First of all, you'll never have a load problem as long as the tenon is at least 1/2-2/3 the width of the apron and if you pin the tenon, you have an extremely strong joint.

Second, one of the main functions of a m/t joint is to provide stability by preventing racking. This is achieved with the tenon plus the shoulders. I would think this would be especially important in a table or bed.

third, how deep are you making the dados? If you make them deep enough to really work, then you're removing alot of material from the legs and weakening them.


----------



## woodnthings (Jan 24, 2009)

*maybe so....*



micheal1 said:


> It's easier and imo stronger because the full board is carrying the load oppose to a *thinned down tenon* from same board.
> 
> Table legs and bed post specifically when a lot of weight is carried across the longest lateral apron.





DrRobert said:


> First of all, you'll never have a load problem as long as *the tenon is at least 1/2-2/3 the width of the apron* and if you pin the tenon, you have an extremely strong joint.
> 
> I don't think he wants to have a tenon...
> 
> ...


If there is only a dado and no shoulders on the tenon, then I would agree, not as strong. However there are ways around that issue. 

This brace doesn't exactly apply since there are shoulders on the tenon, but the idea would also work if there weren't any:










A sliding dovetail would also work IF the idea is to eliminiate making mortises:


----------



## micheal1 (May 1, 2015)

Well I feel kind of dumb. I have only been doing wood working on my own for about six years. That's still entry level imo....what is wood racking?

I'm sure I dealt with it but never knew the correct term to identify it. 

I imagne it's when the joint rocks back and forth?
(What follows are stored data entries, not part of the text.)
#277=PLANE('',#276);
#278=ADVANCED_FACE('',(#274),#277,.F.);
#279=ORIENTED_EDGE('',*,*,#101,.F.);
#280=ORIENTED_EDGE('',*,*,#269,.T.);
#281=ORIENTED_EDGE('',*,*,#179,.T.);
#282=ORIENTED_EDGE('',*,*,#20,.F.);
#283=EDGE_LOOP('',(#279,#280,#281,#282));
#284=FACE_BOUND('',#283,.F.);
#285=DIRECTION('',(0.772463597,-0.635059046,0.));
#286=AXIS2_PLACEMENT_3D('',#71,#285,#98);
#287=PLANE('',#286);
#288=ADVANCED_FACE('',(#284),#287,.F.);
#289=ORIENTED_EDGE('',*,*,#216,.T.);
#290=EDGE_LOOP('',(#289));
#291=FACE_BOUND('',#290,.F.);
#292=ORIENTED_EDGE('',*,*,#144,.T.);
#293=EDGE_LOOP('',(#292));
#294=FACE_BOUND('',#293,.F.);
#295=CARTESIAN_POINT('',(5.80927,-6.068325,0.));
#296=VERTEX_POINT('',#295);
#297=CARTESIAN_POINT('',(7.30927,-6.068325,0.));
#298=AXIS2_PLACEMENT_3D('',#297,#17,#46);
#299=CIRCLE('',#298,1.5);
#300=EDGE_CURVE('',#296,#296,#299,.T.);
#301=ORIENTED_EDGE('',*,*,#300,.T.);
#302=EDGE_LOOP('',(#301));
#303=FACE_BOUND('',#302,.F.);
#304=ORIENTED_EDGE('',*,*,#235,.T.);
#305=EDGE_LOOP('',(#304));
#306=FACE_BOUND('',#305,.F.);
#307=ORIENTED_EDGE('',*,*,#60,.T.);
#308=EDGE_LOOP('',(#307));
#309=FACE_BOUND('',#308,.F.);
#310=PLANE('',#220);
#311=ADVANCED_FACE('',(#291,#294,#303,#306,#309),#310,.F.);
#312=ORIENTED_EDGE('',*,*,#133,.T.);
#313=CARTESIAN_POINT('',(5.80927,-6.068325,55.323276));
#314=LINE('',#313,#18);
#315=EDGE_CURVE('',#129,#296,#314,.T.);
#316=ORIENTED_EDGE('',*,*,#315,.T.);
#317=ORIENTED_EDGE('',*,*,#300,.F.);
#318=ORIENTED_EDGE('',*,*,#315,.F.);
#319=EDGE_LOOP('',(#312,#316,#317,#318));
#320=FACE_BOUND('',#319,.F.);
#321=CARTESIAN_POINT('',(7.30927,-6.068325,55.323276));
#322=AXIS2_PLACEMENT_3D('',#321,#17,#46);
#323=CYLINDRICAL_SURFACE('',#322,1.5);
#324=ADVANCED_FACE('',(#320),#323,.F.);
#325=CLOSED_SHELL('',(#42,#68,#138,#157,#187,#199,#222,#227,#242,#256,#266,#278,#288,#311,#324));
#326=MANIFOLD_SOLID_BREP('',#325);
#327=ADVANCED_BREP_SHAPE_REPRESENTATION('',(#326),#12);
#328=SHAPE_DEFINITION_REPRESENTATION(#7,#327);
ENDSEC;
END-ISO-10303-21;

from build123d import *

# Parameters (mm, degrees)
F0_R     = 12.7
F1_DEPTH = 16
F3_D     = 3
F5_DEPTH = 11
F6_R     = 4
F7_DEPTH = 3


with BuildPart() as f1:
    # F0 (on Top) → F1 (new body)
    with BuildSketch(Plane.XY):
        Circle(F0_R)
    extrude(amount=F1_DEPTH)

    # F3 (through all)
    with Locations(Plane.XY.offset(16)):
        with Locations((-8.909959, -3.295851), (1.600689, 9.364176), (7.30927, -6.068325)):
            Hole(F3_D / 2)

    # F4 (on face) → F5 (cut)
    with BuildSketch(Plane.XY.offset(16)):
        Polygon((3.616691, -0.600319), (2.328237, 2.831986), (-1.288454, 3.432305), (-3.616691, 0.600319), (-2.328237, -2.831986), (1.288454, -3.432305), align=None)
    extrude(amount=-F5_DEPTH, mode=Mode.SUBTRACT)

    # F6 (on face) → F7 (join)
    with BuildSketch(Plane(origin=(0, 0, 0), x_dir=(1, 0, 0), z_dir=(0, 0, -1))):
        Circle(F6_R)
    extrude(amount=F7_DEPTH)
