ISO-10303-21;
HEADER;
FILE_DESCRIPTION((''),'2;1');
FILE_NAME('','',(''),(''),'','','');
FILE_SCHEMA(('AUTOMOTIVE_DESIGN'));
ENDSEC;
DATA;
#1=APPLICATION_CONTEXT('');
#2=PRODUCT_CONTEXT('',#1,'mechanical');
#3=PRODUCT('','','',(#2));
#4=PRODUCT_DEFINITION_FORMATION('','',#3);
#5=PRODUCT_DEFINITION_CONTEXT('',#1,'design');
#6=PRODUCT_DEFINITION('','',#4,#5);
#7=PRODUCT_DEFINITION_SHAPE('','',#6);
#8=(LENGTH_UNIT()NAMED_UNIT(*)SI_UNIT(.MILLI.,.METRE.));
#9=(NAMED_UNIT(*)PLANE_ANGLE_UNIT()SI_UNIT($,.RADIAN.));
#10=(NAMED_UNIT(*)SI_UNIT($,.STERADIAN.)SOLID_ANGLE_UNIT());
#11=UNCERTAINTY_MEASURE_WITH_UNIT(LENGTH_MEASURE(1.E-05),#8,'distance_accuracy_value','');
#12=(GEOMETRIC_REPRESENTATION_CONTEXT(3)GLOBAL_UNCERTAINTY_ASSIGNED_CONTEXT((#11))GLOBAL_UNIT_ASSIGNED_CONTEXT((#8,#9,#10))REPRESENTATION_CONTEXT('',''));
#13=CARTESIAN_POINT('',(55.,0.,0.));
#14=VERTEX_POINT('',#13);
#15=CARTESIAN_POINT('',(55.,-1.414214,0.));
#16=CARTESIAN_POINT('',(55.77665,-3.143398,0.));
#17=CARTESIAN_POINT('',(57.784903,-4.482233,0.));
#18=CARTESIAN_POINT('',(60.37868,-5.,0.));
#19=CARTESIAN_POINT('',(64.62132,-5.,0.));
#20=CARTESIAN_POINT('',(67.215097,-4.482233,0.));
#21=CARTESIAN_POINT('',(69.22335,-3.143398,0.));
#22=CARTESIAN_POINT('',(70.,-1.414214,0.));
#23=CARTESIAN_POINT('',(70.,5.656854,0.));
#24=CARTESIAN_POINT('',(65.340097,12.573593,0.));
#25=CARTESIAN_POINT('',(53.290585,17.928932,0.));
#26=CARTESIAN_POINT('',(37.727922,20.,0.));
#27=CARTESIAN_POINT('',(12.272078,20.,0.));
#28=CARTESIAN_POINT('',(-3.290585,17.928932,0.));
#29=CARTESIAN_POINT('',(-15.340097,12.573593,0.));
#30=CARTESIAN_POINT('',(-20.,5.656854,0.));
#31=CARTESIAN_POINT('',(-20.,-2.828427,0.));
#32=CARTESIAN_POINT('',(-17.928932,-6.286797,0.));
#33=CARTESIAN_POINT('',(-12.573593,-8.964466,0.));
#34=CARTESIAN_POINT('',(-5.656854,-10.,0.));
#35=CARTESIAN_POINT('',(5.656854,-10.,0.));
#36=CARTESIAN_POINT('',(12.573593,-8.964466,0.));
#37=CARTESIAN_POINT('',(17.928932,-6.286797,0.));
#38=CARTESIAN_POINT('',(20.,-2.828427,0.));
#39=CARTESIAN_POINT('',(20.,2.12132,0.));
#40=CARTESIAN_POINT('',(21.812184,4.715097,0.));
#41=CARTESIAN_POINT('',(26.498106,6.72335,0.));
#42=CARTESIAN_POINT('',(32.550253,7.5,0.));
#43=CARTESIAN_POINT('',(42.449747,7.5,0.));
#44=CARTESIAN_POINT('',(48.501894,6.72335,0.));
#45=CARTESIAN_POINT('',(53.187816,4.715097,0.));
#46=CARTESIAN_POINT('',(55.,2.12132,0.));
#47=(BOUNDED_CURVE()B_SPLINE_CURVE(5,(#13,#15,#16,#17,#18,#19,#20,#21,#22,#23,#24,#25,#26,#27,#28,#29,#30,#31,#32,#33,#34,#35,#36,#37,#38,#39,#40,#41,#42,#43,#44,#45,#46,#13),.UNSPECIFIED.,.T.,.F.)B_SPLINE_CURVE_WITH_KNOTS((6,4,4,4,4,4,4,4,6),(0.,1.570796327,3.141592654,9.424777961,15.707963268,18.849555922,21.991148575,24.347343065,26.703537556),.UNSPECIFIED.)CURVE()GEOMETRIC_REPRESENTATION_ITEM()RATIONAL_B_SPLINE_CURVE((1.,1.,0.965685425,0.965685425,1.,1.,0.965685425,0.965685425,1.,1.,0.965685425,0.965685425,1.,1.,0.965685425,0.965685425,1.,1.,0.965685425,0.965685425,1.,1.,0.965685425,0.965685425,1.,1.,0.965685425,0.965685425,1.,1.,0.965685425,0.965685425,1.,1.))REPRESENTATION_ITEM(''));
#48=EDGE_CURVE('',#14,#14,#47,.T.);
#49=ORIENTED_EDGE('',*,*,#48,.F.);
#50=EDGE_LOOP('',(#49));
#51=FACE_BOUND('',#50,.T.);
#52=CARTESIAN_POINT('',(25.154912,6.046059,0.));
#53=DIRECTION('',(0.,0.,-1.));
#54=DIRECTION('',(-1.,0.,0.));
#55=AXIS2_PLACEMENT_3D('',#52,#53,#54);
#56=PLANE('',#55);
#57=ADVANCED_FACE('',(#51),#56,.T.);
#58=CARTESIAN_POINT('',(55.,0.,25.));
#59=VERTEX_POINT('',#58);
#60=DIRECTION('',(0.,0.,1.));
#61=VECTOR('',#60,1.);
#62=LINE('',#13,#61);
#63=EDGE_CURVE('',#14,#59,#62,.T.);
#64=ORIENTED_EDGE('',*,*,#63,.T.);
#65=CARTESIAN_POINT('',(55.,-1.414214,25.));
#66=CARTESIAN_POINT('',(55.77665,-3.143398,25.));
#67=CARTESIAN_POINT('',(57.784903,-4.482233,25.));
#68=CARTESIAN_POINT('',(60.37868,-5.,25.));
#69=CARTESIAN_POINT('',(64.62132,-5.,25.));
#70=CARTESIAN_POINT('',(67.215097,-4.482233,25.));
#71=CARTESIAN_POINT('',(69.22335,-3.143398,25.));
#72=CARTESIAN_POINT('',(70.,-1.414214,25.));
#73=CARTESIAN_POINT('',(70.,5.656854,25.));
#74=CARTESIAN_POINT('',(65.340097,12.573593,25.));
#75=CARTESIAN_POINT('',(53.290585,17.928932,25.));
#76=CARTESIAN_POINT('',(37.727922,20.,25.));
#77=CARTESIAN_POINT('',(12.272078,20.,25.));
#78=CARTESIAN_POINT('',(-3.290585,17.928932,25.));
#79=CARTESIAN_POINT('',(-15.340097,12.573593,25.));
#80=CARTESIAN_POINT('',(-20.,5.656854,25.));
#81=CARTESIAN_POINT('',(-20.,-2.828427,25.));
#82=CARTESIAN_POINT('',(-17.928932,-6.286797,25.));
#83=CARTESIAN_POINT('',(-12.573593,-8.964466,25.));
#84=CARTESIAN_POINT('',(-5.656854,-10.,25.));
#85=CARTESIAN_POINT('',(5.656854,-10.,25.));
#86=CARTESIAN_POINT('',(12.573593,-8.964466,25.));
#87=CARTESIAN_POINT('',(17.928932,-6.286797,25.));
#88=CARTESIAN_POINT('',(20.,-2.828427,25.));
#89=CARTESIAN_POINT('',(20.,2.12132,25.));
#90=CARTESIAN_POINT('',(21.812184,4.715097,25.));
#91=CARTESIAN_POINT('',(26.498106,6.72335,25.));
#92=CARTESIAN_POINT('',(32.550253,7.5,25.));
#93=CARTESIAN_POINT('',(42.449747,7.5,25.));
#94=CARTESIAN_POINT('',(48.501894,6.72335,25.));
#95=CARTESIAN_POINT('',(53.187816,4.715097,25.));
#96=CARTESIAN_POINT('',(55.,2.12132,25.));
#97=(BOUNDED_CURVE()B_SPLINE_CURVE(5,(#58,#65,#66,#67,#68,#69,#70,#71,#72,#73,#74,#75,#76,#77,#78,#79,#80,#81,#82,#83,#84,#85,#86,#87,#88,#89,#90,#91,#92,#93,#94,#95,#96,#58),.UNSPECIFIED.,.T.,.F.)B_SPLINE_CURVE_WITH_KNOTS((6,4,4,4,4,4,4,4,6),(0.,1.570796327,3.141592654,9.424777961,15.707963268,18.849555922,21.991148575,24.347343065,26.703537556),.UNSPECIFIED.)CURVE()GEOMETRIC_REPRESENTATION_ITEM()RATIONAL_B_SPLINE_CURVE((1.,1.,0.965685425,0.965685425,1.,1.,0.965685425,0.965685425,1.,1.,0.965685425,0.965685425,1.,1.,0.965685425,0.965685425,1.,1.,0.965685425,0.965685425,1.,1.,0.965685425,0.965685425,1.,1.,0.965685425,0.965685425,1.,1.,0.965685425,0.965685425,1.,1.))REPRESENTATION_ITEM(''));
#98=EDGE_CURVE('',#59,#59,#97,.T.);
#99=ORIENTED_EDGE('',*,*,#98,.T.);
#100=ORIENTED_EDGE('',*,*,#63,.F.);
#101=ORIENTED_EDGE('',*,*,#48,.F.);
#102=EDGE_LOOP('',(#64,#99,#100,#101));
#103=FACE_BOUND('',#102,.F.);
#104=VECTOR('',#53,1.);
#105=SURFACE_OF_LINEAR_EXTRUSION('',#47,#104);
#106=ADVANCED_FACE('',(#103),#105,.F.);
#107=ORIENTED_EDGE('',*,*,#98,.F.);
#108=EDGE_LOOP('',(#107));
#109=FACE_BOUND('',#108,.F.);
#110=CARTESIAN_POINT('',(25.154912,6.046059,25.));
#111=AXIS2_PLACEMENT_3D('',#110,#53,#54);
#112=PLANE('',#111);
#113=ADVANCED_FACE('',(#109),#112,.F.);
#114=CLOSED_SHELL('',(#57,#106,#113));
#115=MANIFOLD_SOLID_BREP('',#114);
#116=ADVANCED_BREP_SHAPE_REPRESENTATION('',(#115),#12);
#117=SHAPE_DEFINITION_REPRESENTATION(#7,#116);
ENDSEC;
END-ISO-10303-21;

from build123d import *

# Parameters (mm, degrees)
F1_DEPTH = 25


with BuildPart() as f1:
    # F0 (on Top) → F1 (new body)
    with BuildSketch(Plane.XY):
        with BuildLine():
            add(Edge.make_bspline(
                [(70, 0), (70, 20), (25, 20), (-20, 20), (-20, 0)],
                knots=[0, 0, 0, 1.5707963268, 1.5707963268, 3.1415926536, 3.1415926536, 3.1415926536], degree=2, weights=[1, 0.7071067812, 1, 0.7071067812, 1]))
            add(Edge.make_bspline(
                [(-20, 0), (-20, -10), (0, -10), (20, -10), (20, 0)],
                knots=[3.1415926536, 3.1415926536, 3.1415926536, 4.7123889804, 4.7123889804, 6.2831853072, 6.2831853072, 6.2831853072], degree=2, weights=[1, 0.7071067812, 1, 0.7071067812, 1]))
            add(Edge.make_bspline(
                [(55, 0), (55, 7.5), (37.5, 7.5), (20, 7.5), (20, 0)],
                knots=[3.1415926536, 3.1415926536, 3.1415926536, 4.7123889804, 4.7123889804, 6.2831853072, 6.2831853072, 6.2831853072], degree=2, weights=[1, 0.7071067812, 1, 0.7071067812, 1]))
            add(Edge.make_bspline(
                [(55, 0), (55, -5), (62.5, -5), (70, -5), (70, 0)],
                knots=[0, 0, 0, 1.5707963268, 1.5707963268, 3.1415926536, 3.1415926536, 3.1415926536], degree=2, weights=[1, 0.7071067812, 1, 0.7071067812, 1]))
        make_face()
    extrude(amount=F1_DEPTH)


solid = f1.part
Close? 

Okay... I recently built a table and the legs were roughly 3x3". I did a full daddo the depth and height to match the 1x3 apron into the leg. No stop, it ends flush with the outside of the leg. That 1x3 has a full shelf/lip to now rest on attached to the leg. 

The apron is glued and tacked in place with a few brads. Granted I had to putty a few pencil lead sized holes but it worked great and is strong.


----------



## mengtian (Nov 8, 2012)

This might not be a great answer but I have used dowels (with a dowel jig) to attach aprons to legs with great success. It is faste than M&T (which I do also)


----------



## woodnthings (Jan 24, 2009)

*imagine a cardboard box ....*



micheal1 said:


> Well I feel kind of dumb. I have only been doing wood working on my own for about six years. That's still entry level imo....what is wood racking?
> 
> I'm sure I dealt with it but never knew the correct term to identify it.
> 
> ...


Take an empty cardboard box and fold the bottom and top inside. It won't even stand on it's own. Now fold the bottom in. It is more stable. Next fold the top in and it's much stronger against lateral forces. Next put a diagonal brace across the opposing corners..WOAH much stronger.:yes: Diagonal bracing whether small corner blocks or full length will always make for a stronger joint.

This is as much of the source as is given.